[Start of section]

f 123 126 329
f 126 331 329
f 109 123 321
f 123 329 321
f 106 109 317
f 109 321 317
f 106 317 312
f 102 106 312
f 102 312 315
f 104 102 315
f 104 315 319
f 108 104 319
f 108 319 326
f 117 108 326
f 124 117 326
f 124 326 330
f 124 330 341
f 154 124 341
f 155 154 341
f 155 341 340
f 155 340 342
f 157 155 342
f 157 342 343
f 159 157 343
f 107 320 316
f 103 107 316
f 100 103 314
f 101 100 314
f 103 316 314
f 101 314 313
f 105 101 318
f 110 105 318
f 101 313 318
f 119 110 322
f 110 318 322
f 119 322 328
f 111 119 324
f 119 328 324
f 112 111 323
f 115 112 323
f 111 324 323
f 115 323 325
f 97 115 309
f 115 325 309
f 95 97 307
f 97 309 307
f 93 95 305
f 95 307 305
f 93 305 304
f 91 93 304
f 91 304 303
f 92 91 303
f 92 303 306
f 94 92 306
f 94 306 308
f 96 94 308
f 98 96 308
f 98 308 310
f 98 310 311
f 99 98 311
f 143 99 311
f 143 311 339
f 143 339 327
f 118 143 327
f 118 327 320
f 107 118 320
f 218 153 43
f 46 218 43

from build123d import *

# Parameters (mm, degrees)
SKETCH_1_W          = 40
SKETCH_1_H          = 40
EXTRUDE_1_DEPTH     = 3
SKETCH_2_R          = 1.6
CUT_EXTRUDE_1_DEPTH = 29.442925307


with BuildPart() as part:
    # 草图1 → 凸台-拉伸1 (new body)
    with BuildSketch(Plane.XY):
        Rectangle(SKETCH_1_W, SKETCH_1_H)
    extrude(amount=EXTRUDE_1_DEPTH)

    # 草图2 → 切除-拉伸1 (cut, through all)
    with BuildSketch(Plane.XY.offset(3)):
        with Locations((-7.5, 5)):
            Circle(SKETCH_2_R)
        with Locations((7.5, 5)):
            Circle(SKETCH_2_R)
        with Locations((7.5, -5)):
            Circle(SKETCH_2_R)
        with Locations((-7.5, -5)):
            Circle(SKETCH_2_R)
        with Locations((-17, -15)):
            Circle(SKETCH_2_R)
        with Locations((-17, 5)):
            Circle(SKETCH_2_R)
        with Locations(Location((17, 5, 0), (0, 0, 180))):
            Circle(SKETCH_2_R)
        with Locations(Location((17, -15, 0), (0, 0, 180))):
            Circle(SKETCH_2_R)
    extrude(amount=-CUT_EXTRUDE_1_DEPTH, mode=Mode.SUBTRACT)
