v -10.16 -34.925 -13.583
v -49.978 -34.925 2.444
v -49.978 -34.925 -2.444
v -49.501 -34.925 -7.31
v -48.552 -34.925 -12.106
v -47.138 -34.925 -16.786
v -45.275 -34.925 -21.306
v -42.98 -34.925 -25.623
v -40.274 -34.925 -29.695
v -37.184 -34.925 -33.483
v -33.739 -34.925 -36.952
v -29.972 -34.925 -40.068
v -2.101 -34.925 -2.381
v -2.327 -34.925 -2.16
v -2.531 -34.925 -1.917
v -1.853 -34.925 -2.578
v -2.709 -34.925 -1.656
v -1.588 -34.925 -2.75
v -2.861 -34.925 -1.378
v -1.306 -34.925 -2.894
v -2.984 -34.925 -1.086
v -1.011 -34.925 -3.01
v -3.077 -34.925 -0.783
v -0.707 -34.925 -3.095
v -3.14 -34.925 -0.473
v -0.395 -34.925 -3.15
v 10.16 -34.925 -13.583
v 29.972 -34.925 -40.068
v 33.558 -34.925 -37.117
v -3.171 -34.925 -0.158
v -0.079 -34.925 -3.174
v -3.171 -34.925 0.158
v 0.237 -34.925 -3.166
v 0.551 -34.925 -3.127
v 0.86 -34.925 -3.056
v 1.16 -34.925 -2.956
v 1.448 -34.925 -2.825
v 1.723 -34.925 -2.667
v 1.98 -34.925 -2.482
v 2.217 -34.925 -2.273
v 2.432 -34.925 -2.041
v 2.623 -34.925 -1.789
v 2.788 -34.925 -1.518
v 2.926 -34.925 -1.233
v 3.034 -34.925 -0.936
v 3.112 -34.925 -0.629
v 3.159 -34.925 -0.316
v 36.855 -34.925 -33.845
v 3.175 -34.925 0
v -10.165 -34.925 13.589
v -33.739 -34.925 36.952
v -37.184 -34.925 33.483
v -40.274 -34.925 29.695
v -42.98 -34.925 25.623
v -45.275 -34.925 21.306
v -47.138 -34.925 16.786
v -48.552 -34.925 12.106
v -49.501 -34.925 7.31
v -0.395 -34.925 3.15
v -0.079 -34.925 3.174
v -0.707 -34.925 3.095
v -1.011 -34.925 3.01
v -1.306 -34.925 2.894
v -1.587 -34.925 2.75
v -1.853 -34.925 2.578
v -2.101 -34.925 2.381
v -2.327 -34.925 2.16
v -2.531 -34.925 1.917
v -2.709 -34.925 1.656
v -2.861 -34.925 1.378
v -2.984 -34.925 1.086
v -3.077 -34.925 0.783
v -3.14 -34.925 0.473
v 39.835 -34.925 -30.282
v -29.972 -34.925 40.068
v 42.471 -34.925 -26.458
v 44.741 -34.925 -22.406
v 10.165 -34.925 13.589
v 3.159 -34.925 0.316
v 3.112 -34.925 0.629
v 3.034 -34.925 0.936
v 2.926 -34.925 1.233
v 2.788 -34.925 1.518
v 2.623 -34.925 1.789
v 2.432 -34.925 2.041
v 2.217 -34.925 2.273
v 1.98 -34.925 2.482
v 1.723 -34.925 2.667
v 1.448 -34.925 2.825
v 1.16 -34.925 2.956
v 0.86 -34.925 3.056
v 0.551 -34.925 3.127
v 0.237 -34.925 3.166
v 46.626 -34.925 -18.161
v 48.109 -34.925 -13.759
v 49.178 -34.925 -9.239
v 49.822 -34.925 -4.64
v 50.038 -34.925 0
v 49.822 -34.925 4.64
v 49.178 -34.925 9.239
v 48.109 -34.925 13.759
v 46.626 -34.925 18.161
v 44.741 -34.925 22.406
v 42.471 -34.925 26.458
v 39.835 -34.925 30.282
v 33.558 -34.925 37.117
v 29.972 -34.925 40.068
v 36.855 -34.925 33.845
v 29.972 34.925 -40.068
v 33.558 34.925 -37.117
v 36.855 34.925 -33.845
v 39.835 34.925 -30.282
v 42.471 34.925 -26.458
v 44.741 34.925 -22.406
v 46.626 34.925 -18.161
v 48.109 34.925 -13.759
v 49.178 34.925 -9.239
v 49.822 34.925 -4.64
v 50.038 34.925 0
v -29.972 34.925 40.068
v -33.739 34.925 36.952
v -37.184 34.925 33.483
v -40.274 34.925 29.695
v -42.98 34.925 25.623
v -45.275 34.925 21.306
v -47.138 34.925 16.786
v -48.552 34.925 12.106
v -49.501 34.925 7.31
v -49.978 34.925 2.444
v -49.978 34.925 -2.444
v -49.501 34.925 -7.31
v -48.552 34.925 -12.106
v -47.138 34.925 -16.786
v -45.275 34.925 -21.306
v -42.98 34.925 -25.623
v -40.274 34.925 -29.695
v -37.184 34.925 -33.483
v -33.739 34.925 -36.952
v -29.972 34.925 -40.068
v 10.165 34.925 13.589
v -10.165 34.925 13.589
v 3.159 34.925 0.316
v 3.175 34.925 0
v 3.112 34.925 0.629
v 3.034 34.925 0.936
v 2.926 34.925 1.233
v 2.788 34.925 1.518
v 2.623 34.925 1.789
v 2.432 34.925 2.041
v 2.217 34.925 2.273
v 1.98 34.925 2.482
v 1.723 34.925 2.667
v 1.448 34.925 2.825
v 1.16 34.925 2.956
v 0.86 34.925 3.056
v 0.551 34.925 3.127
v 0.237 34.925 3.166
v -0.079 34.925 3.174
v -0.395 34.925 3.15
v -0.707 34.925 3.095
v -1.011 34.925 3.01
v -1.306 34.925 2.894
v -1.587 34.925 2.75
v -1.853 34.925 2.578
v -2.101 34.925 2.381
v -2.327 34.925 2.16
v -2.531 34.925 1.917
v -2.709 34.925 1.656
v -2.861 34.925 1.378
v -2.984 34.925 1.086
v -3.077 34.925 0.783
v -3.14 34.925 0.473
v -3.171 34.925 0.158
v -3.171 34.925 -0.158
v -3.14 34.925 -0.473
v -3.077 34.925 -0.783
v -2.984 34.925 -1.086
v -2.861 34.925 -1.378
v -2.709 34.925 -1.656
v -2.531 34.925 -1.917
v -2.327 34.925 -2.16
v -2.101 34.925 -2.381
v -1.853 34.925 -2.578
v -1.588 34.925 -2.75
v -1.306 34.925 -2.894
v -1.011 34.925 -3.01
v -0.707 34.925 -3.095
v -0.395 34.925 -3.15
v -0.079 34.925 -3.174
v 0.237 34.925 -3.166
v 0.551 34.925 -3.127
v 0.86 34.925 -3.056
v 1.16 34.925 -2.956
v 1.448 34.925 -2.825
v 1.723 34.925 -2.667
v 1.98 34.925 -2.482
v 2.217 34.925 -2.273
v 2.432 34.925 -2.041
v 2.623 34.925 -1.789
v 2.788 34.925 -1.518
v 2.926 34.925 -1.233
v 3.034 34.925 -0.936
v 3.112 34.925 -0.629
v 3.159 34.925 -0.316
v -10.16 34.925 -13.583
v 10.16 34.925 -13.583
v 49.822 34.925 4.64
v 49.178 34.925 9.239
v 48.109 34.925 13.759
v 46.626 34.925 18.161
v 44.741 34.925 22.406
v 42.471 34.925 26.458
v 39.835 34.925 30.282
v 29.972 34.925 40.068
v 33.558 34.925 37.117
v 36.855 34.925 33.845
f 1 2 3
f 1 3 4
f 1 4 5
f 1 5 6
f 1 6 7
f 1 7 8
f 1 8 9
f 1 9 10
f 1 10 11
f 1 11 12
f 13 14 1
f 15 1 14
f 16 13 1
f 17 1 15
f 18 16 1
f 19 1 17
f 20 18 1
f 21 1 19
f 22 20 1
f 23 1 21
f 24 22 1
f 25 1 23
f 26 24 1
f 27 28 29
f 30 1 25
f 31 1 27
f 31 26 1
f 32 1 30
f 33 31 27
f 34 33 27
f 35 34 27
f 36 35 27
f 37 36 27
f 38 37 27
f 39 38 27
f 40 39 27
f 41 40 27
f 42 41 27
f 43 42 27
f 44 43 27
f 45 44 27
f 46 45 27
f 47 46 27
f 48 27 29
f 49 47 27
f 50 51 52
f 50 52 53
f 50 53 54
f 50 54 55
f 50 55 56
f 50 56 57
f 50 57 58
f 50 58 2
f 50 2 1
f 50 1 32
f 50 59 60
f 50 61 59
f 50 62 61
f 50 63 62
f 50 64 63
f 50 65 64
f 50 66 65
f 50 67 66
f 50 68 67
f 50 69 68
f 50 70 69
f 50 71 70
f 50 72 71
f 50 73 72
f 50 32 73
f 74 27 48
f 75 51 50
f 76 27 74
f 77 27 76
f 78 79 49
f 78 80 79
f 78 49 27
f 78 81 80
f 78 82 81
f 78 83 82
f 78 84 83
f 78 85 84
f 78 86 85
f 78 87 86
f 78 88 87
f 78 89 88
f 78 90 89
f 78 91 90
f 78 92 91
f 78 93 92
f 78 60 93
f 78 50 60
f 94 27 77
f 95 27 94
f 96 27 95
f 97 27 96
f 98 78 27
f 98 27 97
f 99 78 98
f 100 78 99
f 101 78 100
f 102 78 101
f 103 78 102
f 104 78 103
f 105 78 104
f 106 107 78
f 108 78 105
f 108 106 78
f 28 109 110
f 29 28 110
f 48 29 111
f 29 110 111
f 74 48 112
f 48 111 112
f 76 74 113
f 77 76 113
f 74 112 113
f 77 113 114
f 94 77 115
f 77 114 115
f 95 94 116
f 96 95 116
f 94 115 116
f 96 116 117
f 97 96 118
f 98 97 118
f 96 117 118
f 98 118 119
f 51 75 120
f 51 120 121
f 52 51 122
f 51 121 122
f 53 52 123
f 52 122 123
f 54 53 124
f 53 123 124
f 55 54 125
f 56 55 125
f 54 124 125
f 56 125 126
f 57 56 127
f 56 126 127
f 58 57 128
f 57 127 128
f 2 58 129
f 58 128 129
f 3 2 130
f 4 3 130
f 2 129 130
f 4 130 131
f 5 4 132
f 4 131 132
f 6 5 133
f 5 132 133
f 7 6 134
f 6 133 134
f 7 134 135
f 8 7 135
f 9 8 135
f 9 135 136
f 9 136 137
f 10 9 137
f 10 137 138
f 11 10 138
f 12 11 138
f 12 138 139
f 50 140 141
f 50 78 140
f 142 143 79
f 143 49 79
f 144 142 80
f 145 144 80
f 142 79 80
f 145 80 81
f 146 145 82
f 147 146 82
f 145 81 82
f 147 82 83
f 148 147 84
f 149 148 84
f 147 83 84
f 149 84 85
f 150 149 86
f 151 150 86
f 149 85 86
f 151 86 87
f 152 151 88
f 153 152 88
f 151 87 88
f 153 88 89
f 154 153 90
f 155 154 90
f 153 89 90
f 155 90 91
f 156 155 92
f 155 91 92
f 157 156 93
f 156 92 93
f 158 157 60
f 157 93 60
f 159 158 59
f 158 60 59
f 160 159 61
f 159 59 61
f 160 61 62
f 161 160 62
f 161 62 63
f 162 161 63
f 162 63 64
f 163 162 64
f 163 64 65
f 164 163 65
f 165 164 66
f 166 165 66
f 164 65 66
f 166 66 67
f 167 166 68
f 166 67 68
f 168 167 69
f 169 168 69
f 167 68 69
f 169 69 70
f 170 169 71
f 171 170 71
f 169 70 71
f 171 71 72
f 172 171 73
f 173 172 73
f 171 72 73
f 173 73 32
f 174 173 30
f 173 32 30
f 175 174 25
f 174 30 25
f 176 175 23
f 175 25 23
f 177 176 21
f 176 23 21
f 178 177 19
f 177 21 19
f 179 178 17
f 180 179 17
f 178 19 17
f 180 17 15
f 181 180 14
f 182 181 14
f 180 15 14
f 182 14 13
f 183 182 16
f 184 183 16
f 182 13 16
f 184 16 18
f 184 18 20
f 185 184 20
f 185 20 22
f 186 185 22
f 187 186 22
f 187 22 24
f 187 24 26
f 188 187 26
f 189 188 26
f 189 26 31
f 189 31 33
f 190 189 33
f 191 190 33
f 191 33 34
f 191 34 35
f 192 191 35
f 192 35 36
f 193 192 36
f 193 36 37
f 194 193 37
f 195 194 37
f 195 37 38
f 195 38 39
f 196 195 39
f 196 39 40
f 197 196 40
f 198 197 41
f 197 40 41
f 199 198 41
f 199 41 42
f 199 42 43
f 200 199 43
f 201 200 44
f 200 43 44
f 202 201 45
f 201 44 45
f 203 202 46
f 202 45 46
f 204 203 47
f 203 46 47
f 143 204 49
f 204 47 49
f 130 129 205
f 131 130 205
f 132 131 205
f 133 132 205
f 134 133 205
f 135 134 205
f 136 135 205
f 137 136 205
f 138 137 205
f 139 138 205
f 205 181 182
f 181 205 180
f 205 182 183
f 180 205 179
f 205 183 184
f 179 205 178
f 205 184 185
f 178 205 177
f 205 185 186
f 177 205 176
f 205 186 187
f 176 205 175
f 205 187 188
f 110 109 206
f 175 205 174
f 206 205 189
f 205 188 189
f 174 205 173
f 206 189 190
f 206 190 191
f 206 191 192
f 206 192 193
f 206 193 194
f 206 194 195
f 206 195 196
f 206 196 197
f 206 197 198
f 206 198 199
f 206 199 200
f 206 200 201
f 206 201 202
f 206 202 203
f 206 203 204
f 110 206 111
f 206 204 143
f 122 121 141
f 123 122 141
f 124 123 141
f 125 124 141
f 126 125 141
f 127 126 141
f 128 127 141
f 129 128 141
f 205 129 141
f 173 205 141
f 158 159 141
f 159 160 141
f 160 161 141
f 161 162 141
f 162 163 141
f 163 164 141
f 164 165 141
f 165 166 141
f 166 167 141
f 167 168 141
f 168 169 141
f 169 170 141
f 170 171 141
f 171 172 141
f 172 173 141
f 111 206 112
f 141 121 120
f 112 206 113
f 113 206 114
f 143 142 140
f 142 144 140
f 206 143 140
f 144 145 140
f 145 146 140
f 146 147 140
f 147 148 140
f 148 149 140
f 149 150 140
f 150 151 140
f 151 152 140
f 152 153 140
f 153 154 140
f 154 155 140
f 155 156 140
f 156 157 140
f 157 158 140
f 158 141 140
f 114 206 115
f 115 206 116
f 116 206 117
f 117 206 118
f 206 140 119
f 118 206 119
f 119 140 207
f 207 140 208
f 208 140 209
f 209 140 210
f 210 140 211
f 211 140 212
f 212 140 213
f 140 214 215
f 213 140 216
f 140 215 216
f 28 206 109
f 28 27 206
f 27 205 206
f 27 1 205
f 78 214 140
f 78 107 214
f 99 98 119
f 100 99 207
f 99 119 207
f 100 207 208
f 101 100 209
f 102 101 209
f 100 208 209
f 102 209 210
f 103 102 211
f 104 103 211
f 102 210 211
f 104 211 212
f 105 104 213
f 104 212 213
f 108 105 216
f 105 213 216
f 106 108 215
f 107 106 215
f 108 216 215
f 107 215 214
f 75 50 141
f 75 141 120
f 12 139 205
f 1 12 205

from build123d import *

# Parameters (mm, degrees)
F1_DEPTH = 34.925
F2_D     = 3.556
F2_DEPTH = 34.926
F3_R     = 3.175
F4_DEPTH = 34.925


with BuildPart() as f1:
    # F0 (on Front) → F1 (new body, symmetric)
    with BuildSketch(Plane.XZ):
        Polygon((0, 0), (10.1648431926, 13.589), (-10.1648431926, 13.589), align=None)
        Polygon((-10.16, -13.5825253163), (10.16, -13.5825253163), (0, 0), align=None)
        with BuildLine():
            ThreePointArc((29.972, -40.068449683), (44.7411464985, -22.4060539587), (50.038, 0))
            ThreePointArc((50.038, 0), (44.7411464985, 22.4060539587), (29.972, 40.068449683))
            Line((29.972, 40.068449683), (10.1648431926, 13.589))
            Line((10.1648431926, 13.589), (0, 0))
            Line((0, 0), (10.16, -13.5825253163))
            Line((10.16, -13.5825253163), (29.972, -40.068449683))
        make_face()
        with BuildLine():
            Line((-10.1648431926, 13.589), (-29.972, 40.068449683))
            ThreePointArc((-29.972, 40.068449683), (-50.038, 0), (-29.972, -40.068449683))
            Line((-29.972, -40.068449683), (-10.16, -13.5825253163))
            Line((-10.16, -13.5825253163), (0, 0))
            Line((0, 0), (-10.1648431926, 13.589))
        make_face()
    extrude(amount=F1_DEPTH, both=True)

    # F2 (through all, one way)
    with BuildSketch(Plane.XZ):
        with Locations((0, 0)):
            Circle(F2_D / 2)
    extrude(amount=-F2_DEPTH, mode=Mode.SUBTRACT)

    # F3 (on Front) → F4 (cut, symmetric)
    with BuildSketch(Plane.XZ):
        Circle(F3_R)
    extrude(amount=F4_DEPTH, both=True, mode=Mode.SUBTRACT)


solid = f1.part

[End of section]

> [PROMPT]:
Please, from the material above, copy only the lines from the line with "f 151 87 88" up to and including the line with "f 166 67 68", exactly as written.

> [OUTPUT]:
f 151 87 88
f 153 88 89
f 154 153 90
f 155 154 90
f 153 89 90
f 155 90 91
f 156 155 92
f 155 91 92
f 157 156 93
f 156 92 93
f 158 157 60
f 157 93 60
f 159 158 59
f 158 60 59
f 160 159 61
f 159 59 61
f 160 61 62
f 161 160 62
f 161 62 63
f 162 161 63
f 162 63 64
f 163 162 64
f 163 64 65
f 164 163 65
f 165 164 66
f 166 165 66
f 164 65 66
f 166 66 67
f 167 166 68
f 166 67 68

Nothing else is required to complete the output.